Mandanten im Steuerrecht gewinnen: Google & KI

Kurz gesagt: Mandanten im Steuerrecht gewinnen gelingt heute über zwei Kanäle: klassische Google-Suche und KI-Assistenten wie ChatGPT oder Perplexity. Wer beide bedient, braucht keine Kaltakquise – sondern klare Inhalte, die Vertrauen aufbauen und konkrete Fragen beantworten.
Das Wichtigste in Kürze
  • Wer online Mandanten im Steuerrecht gewinnen will, muss echte Fragen von Steuerzahlern beantworten – nicht nur seine Leistungen auflisten.
  • KI-Assistenten zitieren bevorzugt Kanzleien, die klar strukturierte, fachlich verlässliche Inhalte auf ihrer Website veröffentlichen.
  • Lokale Sichtbarkeit, ein gepflegtes Google-Unternehmensprofil und konsistente Kontaktdaten sind die Grundlage jeder digitalen Mandantengewinnung.

Warum klassische Kanzlei-Websites heute nicht mehr ausreichen

Mandanten im Steuerrecht gewinnen war lange einfach: Empfehlungen, ein Branchenbucheintrag, vielleicht eine Anzeige in der Lokalzeitung. Das funktioniert heute noch – aber immer seltener allein. Wer einen Steuerberater oder einen Anwalt für Steuerrecht sucht, tippt seine Frage in Google oder fragt direkt einen KI-Assistenten. Wer dort nicht auftaucht, existiert für diese Suchenden nicht.

Das Gute: Sie müssen kein Technik-Experte werden. Sie müssen verstehen, was Menschen suchen, und dann Inhalte anbieten, die genau diese Fragen beantworten.

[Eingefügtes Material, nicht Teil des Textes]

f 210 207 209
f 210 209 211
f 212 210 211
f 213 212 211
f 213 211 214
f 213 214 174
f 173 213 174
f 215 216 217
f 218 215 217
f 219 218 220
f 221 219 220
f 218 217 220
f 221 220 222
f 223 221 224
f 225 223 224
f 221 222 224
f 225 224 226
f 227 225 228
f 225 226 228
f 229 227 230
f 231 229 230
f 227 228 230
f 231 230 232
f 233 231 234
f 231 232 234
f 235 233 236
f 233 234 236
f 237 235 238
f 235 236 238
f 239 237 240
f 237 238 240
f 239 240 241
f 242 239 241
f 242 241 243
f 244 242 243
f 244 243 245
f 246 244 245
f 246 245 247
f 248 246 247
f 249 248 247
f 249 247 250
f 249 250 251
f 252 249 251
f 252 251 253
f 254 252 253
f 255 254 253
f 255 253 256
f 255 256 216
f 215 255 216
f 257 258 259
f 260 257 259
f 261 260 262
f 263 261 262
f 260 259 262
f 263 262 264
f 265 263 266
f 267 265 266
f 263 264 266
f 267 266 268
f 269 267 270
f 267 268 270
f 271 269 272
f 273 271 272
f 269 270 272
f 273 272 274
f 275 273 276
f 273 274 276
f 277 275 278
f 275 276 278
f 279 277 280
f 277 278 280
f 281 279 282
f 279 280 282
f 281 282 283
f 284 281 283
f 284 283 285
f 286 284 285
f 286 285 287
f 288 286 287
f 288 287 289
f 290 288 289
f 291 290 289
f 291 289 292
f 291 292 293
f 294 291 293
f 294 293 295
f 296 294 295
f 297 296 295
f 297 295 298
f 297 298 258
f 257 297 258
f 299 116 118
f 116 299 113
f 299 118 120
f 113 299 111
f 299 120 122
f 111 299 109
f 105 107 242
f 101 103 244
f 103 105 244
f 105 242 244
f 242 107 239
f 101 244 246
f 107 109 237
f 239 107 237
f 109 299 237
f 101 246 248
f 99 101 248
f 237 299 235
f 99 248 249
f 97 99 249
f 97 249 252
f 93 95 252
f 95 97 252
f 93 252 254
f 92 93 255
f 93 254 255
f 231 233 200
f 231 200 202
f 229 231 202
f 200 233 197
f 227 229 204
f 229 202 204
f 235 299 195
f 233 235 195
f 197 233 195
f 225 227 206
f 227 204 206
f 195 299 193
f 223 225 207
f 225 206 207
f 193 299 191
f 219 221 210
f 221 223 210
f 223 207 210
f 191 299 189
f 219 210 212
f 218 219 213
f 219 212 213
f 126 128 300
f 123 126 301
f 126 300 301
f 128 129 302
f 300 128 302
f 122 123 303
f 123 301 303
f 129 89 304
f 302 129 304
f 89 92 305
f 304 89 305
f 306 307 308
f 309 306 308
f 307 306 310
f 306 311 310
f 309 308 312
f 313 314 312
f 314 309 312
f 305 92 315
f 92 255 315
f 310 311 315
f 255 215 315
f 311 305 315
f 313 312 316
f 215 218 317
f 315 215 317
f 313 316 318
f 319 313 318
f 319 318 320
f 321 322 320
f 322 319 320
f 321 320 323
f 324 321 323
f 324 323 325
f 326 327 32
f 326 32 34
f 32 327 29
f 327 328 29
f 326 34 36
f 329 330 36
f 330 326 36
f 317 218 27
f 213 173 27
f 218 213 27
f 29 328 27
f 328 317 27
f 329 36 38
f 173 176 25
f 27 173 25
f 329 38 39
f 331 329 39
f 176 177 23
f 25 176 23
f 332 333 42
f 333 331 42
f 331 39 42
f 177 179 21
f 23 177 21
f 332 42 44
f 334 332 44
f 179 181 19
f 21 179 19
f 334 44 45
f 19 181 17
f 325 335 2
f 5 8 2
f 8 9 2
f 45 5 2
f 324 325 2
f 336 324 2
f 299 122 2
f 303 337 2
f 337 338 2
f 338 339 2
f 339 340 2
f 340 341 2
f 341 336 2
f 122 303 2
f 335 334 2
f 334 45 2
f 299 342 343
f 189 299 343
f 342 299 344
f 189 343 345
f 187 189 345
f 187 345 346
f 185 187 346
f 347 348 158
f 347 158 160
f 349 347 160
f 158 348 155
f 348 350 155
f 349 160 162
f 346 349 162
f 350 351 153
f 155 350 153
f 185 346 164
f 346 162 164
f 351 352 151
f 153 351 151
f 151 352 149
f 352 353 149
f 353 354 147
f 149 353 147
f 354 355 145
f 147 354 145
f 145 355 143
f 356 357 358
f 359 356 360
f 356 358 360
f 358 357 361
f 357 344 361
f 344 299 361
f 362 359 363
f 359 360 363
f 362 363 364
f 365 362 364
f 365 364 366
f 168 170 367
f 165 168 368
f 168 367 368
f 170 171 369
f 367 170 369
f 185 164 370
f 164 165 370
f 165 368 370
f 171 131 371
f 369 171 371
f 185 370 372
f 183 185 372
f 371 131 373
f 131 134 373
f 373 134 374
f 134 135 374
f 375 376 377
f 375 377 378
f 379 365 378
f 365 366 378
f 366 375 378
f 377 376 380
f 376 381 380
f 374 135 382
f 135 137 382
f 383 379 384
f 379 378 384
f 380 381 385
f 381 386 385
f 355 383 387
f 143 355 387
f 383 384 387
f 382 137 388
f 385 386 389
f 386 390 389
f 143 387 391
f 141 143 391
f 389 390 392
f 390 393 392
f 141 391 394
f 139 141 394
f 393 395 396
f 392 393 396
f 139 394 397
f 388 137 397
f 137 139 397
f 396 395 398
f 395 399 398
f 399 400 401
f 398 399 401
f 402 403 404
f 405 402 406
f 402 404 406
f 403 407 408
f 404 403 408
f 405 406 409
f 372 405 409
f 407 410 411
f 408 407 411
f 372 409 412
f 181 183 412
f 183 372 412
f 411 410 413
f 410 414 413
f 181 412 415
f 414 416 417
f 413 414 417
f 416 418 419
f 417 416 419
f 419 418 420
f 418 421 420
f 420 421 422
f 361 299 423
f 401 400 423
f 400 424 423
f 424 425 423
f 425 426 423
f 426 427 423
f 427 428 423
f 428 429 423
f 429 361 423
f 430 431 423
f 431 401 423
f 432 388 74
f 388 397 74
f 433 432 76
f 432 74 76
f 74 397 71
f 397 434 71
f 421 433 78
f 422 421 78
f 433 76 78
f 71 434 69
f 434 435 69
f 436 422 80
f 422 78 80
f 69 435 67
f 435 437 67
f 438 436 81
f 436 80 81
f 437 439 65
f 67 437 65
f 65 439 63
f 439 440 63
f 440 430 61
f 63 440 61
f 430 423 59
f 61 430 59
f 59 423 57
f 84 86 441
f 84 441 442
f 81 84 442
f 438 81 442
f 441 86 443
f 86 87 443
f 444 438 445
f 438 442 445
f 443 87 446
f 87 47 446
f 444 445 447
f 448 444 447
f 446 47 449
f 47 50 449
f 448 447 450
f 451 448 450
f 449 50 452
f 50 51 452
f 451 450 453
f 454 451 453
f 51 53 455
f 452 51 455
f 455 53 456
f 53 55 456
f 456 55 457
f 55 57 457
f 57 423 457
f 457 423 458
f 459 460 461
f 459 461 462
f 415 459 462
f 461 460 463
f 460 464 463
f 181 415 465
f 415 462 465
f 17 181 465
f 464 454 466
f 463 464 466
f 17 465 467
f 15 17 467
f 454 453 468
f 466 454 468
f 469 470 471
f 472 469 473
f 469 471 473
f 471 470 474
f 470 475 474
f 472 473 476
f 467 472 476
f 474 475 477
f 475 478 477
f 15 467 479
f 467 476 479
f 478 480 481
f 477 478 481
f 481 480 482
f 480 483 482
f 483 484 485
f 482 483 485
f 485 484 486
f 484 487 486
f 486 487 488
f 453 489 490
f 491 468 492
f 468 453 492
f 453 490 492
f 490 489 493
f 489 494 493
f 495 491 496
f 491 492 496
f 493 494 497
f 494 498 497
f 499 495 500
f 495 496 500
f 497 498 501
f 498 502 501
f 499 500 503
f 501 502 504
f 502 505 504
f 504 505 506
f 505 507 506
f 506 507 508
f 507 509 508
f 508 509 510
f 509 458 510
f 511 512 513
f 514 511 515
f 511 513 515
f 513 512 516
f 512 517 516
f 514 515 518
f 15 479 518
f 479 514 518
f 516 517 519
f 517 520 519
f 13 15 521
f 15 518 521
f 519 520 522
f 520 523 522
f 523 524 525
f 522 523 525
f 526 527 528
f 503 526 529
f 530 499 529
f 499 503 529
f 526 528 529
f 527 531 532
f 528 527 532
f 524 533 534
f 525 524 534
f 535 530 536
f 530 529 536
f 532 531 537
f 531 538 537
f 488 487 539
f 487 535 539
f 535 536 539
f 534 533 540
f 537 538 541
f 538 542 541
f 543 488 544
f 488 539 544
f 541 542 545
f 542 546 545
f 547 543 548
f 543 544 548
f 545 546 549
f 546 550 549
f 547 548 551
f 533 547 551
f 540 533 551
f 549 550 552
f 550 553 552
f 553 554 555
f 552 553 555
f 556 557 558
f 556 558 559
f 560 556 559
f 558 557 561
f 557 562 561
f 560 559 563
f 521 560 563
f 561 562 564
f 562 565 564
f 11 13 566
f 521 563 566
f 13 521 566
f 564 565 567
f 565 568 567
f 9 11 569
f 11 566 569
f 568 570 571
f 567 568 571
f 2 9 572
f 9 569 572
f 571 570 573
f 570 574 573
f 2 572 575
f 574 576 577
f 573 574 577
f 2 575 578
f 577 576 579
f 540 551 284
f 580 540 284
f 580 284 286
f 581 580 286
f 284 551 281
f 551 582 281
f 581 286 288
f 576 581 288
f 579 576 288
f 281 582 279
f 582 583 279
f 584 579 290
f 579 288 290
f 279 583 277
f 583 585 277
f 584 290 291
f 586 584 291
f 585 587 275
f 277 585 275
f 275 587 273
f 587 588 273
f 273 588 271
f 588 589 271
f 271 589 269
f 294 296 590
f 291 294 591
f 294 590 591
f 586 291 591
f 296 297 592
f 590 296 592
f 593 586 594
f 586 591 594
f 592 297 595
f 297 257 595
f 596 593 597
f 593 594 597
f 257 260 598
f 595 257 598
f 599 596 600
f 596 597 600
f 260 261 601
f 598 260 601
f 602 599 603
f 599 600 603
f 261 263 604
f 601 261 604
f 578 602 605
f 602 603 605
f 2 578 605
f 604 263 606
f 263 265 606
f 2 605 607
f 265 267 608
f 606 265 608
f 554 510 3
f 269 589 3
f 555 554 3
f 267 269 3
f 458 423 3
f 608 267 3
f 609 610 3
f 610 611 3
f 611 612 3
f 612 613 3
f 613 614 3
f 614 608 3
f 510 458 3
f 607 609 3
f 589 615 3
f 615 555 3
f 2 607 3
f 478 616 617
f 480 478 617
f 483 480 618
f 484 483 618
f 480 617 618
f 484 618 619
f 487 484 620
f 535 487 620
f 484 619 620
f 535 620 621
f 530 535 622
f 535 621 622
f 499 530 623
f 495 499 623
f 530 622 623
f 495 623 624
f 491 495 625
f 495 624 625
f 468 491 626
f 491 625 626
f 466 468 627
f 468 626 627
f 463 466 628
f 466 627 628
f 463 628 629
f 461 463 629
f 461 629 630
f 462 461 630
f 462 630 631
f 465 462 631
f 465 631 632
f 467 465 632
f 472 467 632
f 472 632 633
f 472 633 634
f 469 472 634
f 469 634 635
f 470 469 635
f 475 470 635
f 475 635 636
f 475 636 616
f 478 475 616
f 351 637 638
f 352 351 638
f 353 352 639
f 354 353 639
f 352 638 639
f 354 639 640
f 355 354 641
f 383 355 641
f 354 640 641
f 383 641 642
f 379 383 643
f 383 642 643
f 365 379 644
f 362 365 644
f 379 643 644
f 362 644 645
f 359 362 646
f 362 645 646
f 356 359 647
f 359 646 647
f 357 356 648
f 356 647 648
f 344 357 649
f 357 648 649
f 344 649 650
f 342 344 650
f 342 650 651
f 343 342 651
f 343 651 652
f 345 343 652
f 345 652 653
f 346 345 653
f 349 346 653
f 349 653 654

Alles andere – wie Google oder eine KI Ihren Text findet und bewertet – folgt daraus fast von selbst.

Was Google und KI-Assistenten wirklich wollen

Google und KI-Assistenten wie ChatGPT, Perplexity oder Gemini haben ein gemeinsames Ziel: Sie wollen ihren Nutzern die zuverlässigste Antwort auf eine Frage liefern. Für Ihre Kanzlei bedeutet das: Wer als verlässliche, fachkundige Quelle erkennbar ist, wird zitiert und empfohlen – wer nur eine Leistungsseite mit Schlagwörtern hat, nicht.

Google bewertet dabei besonders drei Dinge: Ob ein echter Experte hinter dem Text steht, ob die Informationen aktuell und korrekt sind, und ob andere vertrauenswürdige Seiten auf Sie verweisen. KI-Assistenten gehen ähnlich vor: Sie durchsuchen das Internet nach strukturierten, klaren Antworten und zitieren bevorzugt Texte, die eine Frage direkt und vollständig beantworten.

Mehr dazu, wie KI-Systeme Kanzlei-Websites bewerten, finden Sie in unserem Leitfaden GEO für Anwälte.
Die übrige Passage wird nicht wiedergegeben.